By Cat Hendrick | Feb. 20, 2018, 9:56 a.m. (ET)

Jamie Greubel Poser and Aja Evans compete in women's bobsled at the Olympic Winter Games PyeongChang 2018 on Feb. 20, 2018 in PyeongChang, South Korea.

 

PYEONGCHANG, South Korea -- Team USA’s Elana Meyers Taylor and Lauren Gibbs set three records in just the first two heats of women’s bobsled on Tuesday night.

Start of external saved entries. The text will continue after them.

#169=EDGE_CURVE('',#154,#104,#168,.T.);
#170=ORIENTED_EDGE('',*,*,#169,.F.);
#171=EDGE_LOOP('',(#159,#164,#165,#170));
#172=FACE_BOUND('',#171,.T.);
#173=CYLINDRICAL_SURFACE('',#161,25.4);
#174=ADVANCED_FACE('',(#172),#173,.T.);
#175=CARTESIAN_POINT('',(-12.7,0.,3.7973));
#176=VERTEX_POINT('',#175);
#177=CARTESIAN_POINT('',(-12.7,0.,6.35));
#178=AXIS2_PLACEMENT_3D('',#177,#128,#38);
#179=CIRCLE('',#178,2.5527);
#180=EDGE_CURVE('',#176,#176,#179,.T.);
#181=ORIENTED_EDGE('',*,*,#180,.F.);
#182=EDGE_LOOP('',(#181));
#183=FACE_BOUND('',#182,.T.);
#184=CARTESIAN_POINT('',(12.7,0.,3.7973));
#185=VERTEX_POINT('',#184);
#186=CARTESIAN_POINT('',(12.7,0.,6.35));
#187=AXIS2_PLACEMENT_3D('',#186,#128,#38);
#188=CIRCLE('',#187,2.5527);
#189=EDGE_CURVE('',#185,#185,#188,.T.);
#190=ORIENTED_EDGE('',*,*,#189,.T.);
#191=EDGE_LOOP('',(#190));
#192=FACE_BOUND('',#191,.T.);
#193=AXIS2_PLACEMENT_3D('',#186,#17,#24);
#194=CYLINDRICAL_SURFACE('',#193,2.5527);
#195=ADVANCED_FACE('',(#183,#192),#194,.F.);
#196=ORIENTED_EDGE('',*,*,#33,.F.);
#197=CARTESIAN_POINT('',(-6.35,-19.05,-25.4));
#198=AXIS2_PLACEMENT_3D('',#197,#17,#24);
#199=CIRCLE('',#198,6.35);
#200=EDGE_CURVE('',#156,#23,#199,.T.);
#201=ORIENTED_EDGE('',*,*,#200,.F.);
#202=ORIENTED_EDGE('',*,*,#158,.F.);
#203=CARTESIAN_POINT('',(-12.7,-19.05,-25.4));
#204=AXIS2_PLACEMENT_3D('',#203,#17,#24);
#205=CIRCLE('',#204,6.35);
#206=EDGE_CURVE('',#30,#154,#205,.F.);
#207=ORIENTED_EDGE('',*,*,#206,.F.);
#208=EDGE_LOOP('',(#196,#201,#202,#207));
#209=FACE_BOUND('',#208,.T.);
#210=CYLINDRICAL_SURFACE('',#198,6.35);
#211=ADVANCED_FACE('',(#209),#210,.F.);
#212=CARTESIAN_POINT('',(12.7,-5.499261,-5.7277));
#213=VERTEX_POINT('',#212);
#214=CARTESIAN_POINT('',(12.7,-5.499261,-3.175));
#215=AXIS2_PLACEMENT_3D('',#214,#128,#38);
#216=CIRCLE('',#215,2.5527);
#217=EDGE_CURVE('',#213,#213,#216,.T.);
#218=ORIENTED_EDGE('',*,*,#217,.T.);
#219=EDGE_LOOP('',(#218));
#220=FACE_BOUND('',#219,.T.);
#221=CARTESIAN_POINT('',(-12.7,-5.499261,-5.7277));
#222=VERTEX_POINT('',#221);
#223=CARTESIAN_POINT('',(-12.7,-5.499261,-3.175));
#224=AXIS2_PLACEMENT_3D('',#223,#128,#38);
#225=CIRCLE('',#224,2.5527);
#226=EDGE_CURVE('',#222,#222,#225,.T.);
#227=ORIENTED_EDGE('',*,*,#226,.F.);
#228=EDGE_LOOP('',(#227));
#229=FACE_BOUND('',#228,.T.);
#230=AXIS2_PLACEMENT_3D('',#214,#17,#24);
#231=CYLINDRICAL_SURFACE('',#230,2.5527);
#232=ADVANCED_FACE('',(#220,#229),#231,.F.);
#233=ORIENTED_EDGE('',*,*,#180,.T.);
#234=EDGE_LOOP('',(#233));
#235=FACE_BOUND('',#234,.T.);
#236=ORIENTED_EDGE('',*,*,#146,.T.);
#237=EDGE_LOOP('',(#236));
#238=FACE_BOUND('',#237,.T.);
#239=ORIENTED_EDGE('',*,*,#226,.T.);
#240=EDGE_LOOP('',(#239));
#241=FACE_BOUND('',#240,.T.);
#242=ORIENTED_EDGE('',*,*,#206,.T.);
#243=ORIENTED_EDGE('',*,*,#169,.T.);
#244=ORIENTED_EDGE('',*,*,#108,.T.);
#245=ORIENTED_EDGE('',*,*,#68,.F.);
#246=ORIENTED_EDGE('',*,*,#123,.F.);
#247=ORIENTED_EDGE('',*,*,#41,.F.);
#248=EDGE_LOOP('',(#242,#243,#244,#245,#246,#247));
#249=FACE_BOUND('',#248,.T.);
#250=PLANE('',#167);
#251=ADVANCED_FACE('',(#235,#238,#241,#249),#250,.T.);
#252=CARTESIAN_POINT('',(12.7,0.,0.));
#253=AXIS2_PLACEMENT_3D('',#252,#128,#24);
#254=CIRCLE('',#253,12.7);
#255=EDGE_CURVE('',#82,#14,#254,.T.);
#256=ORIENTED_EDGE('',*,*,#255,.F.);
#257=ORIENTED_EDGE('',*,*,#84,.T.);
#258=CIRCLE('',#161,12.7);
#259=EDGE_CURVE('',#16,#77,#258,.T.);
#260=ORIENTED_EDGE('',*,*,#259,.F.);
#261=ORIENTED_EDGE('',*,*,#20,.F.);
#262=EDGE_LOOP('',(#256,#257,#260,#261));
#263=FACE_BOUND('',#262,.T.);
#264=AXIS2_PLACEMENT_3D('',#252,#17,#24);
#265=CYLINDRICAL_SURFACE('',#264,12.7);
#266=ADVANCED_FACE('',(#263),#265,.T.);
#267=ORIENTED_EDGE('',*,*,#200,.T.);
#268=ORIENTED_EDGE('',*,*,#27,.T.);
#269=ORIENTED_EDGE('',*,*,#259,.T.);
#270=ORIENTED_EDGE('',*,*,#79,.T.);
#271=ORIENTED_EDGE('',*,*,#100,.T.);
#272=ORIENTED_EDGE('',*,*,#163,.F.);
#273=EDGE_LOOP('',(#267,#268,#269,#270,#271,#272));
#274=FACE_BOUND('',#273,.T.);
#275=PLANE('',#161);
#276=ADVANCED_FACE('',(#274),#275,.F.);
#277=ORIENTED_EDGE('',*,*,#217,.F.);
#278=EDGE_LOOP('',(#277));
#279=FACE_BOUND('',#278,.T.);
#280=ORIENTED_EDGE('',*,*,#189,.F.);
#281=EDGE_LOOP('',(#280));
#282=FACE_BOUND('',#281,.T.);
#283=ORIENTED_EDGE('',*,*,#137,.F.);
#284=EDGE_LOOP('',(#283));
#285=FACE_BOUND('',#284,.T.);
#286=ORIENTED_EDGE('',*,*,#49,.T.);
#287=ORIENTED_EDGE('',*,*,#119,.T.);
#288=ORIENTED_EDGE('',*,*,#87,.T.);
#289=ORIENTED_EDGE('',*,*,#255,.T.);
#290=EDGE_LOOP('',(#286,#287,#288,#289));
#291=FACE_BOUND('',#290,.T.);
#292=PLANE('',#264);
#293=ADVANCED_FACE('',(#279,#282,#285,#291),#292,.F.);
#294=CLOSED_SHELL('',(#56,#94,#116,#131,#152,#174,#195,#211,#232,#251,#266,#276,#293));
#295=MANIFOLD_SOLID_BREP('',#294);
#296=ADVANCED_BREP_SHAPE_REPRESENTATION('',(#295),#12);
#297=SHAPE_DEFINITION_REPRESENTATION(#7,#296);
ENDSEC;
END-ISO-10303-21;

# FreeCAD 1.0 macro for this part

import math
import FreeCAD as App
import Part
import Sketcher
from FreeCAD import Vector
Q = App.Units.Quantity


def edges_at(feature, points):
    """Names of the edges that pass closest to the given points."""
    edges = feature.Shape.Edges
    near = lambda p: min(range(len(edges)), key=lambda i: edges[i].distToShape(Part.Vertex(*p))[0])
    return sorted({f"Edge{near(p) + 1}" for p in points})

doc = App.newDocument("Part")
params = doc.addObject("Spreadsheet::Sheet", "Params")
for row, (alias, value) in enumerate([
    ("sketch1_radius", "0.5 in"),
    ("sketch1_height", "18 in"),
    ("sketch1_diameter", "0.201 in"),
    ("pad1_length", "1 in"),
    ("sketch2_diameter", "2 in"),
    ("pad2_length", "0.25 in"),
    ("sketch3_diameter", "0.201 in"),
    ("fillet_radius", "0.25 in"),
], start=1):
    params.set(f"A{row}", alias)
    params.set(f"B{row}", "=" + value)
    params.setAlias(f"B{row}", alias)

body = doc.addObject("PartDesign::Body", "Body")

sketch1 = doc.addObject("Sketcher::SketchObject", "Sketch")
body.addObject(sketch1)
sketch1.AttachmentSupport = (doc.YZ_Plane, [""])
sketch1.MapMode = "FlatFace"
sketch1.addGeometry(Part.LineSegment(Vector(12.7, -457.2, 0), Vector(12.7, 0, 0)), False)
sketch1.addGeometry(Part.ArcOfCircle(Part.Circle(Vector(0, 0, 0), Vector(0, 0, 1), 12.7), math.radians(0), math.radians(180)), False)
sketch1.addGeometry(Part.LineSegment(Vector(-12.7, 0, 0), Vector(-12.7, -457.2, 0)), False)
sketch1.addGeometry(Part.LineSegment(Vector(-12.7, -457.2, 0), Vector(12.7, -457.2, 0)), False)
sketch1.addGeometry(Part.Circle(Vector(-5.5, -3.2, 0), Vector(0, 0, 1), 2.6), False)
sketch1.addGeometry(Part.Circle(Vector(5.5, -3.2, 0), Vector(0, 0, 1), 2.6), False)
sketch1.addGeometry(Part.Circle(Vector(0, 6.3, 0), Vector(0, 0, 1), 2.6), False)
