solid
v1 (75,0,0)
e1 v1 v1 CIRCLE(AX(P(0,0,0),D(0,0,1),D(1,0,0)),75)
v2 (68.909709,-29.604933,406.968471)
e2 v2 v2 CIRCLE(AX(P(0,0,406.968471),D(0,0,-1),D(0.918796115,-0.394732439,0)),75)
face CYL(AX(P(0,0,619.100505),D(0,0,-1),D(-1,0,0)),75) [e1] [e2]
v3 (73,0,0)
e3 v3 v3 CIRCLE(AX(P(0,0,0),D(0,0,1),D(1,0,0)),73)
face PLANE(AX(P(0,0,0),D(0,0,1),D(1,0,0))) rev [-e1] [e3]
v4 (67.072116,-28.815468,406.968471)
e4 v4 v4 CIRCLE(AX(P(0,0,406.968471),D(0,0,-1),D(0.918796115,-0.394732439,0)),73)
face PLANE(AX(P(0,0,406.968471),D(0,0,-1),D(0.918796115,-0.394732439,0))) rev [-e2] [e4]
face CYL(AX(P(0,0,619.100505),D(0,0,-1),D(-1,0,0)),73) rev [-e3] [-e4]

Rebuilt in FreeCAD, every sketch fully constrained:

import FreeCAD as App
import Part
import Sketcher
Q = App.Units.Quantity

doc = App.newDocument("Part")
body = doc.addObject("PartDesign::Body", "Body")

# Sketch on XY plane
sketch1 = body.newObject("Sketcher::SketchObject", "Sketch")
sketch1.AttachmentSupport = (doc.getObject("XY_Plane"), [""])
sketch1.MapMode = "FlatFace"
sketch1.addGeometry(Part.Circle(App.Vector(0, 0, 0), App.Vector(0, 0, 1), 75), False)
sketch1.addGeometry(Part.Circle(App.Vector(0, 0, 0), App.Vector(0, 0, 1), 73), False)
sketch1.addConstraint(Sketcher.Constraint("Coincident", 0, 3, -1, 1))
sketch1.addConstraint(Sketcher.Constraint("Coincident", 1, 3, -1, 1))
sketch1.addConstraint(Sketcher.Constraint("Diameter", 0, Q("150 mm")))
sketch1.addConstraint(Sketcher.Constraint("Diameter", 1, Q("146 mm")))
pad1 = body.newObject("PartDesign::Pad", "Pad")
pad1.Profile = sketch1
pad1.Length = 406.968471

doc.recompute()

They, along with teammates Jamie Greubel Poser and Aja Evans, will compete for medals in the final two heats of the event Wednesday night.

Meyers Taylor and Gibbs, making her Olympic debut, sit in second place with a combined two-run time of 1:41.33, just 0.07 behind Germany’s Mariama Jamanka and Lisa Buckwitz.

Meyers Taylor and Gibbs’ first run of the evening not only earned them a spot at the top of the rankings for that heat, but set both a new start record and a new track record of 50.52 seconds on the PyeongChang track.

And yet they, too, struggled with the infamous Curve 9 that has been giving all sliding athletes a hard time throughout the Games.

“Curve 9 is tricky,” Meyers Taylor admitted. “I had a little problem there but at the end of the day, it’s a lot faster than we’ve trained on it before… My reaction was a hair off so I was a little late and got a little bit of a wall there, but, you know what? I’ve learned a lot from today and I’m going to go after it tomorrow, clean up some things.”

She and Gibbs broke their first-run start record of 5.22 with a 5.21 start on their second run.

Meyers Taylor, a bronze medalist from Vancouver 2010 as a brakeman and the defending silver medalist from Sochi 2014 as a driver, says that she’s looking forward to studying what happened tonight and coming out tomorrow to fight for the only missing hardware from her Olympic collection. But no matter what happens, the 33-year-old plans on enjoying every hundredth of a second out on that Olympic ice.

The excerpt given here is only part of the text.